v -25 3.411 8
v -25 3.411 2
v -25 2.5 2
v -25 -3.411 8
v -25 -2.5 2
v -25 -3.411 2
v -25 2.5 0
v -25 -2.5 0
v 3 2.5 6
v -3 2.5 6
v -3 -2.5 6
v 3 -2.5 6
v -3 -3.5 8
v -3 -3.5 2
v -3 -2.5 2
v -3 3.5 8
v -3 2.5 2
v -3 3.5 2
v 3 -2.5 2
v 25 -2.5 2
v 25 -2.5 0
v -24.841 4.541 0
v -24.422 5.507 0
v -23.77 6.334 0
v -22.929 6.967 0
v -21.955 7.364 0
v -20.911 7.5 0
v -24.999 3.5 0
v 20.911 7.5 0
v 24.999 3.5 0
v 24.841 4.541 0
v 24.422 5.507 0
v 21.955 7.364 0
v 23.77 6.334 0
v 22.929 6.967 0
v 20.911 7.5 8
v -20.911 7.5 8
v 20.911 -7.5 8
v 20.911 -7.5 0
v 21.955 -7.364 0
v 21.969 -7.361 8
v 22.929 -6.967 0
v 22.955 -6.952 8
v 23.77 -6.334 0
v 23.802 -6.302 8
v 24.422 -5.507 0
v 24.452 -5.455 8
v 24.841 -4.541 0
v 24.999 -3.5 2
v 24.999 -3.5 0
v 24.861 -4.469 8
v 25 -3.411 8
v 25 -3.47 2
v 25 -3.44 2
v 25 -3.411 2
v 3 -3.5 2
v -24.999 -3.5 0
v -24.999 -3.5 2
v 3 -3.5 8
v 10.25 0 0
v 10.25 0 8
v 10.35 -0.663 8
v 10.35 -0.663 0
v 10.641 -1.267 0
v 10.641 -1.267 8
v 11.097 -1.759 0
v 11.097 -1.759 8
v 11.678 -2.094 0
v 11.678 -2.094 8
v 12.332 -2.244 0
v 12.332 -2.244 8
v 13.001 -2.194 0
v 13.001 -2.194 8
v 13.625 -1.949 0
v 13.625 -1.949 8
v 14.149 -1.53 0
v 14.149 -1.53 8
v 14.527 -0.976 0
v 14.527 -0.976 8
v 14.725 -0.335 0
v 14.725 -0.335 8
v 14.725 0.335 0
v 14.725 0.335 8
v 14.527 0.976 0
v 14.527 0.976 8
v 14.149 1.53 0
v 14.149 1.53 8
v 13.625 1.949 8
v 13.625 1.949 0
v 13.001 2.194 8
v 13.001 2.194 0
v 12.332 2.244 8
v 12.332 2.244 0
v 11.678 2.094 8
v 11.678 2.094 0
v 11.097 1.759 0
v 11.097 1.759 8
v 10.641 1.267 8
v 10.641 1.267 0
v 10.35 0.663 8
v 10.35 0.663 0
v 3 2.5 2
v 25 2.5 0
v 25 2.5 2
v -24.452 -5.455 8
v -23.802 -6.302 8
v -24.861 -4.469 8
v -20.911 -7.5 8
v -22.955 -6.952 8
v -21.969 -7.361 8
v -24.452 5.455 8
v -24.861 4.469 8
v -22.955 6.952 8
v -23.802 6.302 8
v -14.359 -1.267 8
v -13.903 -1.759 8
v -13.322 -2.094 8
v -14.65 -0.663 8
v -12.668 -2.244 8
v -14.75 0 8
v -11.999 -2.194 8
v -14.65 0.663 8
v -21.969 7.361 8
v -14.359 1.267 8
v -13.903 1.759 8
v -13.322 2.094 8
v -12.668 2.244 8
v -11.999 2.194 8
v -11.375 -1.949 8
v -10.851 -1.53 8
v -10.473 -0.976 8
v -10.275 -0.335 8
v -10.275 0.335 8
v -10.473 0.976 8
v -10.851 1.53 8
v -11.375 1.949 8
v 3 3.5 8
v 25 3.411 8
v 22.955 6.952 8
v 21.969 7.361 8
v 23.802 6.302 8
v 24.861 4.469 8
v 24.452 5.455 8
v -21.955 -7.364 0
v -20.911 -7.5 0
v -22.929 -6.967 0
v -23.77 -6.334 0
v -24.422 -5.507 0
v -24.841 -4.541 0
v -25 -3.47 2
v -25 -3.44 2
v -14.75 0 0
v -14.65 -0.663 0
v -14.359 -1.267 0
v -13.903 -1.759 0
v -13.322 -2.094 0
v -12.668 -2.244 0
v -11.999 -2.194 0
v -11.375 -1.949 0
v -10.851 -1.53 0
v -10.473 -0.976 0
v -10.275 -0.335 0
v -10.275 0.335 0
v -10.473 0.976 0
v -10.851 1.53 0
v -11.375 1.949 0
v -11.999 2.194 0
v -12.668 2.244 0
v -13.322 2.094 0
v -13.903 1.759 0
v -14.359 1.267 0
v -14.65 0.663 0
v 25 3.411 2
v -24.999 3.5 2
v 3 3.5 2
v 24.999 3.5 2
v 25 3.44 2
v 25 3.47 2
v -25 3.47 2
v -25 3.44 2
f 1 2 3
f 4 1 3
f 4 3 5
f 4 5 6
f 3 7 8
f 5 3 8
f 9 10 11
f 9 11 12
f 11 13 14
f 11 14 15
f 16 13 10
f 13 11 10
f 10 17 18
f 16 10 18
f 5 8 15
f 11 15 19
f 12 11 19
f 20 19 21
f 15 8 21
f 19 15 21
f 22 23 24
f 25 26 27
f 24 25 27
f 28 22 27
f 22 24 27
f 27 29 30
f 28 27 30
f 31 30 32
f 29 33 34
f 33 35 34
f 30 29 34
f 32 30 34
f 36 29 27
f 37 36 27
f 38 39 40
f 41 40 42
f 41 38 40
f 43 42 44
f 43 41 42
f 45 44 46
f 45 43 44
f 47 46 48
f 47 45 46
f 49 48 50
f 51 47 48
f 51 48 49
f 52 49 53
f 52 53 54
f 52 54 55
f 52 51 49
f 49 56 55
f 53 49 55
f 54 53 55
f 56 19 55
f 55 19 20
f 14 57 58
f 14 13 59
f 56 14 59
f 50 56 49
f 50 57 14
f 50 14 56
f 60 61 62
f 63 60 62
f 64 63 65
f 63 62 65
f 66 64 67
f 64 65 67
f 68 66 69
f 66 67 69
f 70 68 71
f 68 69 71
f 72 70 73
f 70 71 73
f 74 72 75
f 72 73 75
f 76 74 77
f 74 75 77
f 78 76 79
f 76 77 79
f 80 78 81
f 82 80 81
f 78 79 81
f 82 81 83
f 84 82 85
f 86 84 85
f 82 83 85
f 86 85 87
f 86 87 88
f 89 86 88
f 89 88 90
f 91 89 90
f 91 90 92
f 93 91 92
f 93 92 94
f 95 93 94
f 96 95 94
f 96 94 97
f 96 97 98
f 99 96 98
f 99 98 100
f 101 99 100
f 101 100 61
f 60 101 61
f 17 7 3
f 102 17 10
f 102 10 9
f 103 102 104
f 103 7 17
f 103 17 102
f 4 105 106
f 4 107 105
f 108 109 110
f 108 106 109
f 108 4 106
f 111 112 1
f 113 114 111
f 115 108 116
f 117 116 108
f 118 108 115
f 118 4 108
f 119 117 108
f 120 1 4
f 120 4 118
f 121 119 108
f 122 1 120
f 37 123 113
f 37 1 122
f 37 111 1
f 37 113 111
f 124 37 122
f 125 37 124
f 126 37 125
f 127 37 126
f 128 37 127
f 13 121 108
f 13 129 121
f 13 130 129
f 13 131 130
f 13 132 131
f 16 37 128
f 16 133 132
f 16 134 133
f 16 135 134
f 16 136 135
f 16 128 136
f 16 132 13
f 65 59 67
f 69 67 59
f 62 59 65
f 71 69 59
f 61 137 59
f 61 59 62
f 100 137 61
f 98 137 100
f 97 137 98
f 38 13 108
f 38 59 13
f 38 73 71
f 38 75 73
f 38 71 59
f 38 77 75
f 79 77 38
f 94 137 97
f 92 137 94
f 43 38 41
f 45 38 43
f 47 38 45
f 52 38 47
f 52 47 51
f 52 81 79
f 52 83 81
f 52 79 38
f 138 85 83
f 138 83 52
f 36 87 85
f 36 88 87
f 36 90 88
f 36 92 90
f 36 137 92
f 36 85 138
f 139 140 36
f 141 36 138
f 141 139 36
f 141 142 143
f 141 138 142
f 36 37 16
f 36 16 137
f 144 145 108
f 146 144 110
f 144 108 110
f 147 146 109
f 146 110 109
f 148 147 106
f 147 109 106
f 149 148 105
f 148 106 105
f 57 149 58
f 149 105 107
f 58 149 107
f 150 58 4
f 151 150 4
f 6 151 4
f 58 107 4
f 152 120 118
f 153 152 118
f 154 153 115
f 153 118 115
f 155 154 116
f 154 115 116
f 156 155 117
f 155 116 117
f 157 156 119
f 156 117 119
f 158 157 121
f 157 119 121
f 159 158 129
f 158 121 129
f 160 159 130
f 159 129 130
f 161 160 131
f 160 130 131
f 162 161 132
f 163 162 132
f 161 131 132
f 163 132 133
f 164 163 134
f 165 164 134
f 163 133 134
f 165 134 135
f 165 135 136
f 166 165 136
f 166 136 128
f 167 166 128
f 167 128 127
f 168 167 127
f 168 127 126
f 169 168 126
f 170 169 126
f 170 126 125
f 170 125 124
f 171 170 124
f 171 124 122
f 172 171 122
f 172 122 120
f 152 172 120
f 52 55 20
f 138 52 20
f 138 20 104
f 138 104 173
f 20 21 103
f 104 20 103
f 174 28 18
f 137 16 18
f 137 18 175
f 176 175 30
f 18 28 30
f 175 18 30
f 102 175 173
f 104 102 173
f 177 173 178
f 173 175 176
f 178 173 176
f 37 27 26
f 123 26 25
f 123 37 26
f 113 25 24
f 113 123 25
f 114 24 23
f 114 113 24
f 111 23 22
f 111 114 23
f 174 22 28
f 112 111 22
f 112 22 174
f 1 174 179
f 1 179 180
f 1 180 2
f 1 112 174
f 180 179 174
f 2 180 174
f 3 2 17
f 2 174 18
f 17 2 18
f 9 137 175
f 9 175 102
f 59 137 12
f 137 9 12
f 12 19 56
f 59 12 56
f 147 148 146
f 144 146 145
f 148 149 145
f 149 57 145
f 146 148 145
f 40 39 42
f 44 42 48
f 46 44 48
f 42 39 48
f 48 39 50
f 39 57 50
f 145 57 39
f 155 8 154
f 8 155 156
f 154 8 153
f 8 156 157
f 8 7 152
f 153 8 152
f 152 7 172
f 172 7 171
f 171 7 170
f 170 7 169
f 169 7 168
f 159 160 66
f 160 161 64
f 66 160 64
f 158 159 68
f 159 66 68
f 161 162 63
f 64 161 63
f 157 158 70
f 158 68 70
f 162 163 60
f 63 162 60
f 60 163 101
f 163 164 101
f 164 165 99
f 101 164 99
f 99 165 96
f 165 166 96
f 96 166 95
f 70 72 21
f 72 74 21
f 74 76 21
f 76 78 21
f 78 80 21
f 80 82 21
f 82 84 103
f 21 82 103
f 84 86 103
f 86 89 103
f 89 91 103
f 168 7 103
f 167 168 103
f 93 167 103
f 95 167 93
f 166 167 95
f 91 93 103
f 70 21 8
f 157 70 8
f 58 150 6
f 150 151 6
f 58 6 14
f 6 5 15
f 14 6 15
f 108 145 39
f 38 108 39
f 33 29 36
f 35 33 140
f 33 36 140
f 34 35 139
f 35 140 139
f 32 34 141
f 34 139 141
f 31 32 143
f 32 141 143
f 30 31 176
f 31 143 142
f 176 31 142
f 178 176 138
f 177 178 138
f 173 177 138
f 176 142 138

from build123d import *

# Parameters (mm, degrees)
F0_W     = 22
F0_H     = 1
F0_H_2   = 5
F1_DEPTH = 8
F0_W_2   = 6
F2_DEPTH = 17.526
F3_D     = 4.5
F3_DEPTH = 10
F4_DEPTH = 6
F5_DEPTH = 2
F6_R     = 4.0894


with BuildPart() as f1:
    # F0 (on Top) → F1 (new body)
    with BuildSketch(Plane.XY):
        Polygon((25, 3.5), (25, 7.5), (-25, 7.5), (-25, 3.5), (-3, 3.5), (3, 3.5), align=None)
        with Locations((14, -3)):
            Rectangle(F0_W, F0_H)
        with Locations((-14, -3)):
            Rectangle(F0_W, F0_H)
        Polygon((25, -7.5), (25, -3.5), (3, -3.5), (-3, -3.5), (-25, -3.5), (-25, -7.5), align=None)
        with Locations((-14, 0)):
            Rectangle(F0_W, F0_H_2)
        with Locations((14, 0)):
            Rectangle(F0_W, F0_H_2)
        with Locations((14, 3)):
            Rectangle(F0_W, F0_H)
        with Locations((-14, 3)):
            Rectangle(F0_W, F0_H)
    extrude(amount=F1_DEPTH)

    # F0 (on Top) → F2 (cut)
    with BuildSketch(Plane.XY):
        with Locations((0, 3)):
            Rectangle(F0_W_2, F0_H)
    extrude(amount=F2_DEPTH, mode=Mode.SUBTRACT)

    # F3
    with Locations(Plane(origin=(0, 0, 0), x_dir=(1, 0, 0), z_dir=(0, 0, -1))):
        with Locations((-12.5, 0), (12.5, 0)):
            Hole(F3_D / 2, depth=F3_DEPTH)

    # F0 (on Top) → F4 (join)
    with BuildSketch(Plane.XY):
        Rectangle(F0_W_2, F0_H_2)
    extrude(amount=F4_DEPTH)

    # F0 (on Top) → F5 (cut)
    with BuildSketch(Plane.XY):
        with Locations((-14, -3)):
            Rectangle(F0_W, F0_H)
        with Locations((14, -3)):
            Rectangle(F0_W, F0_H)
        with Locations((14, 3)):
            Rectangle(F0_W, F0_H)
        with Locations((-14, 3)):
            Rectangle(F0_W, F0_H)
    extrude(amount=F5_DEPTH, mode=Mode.SUBTRACT)

    # F6
    f6_edges = [f1.edges().sort_by_distance(p)[0] for p in [
        (25, -7.5, 4),
        (25, 7.5, 4),
        (-25, 7.5, 4),
        (-25, -7.5, 4),
    ]]
    fillet(f6_edges, radius=F6_R)


solid = f1.part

**PROBLEM REQUIREMENTS**
Every line above from the line with "f 157 158 70" to the line with "f 168 7 103", inclusive, must be returned exactly; no other line belongs in the reply.

**EXERCISE RESULT**
f 157 158 70
f 158 68 70
f 162 163 60
f 63 162 60
f 60 163 101
f 163 164 101
f 164 165 99
f 101 164 99
f 99 165 96
f 165 166 96
f 96 166 95
f 70 72 21
f 72 74 21
f 74 76 21
f 76 78 21
f 78 80 21
f 80 82 21
f 82 84 103
f 21 82 103
f 84 86 103
f 86 89 103
f 89 91 103
f 168 7 103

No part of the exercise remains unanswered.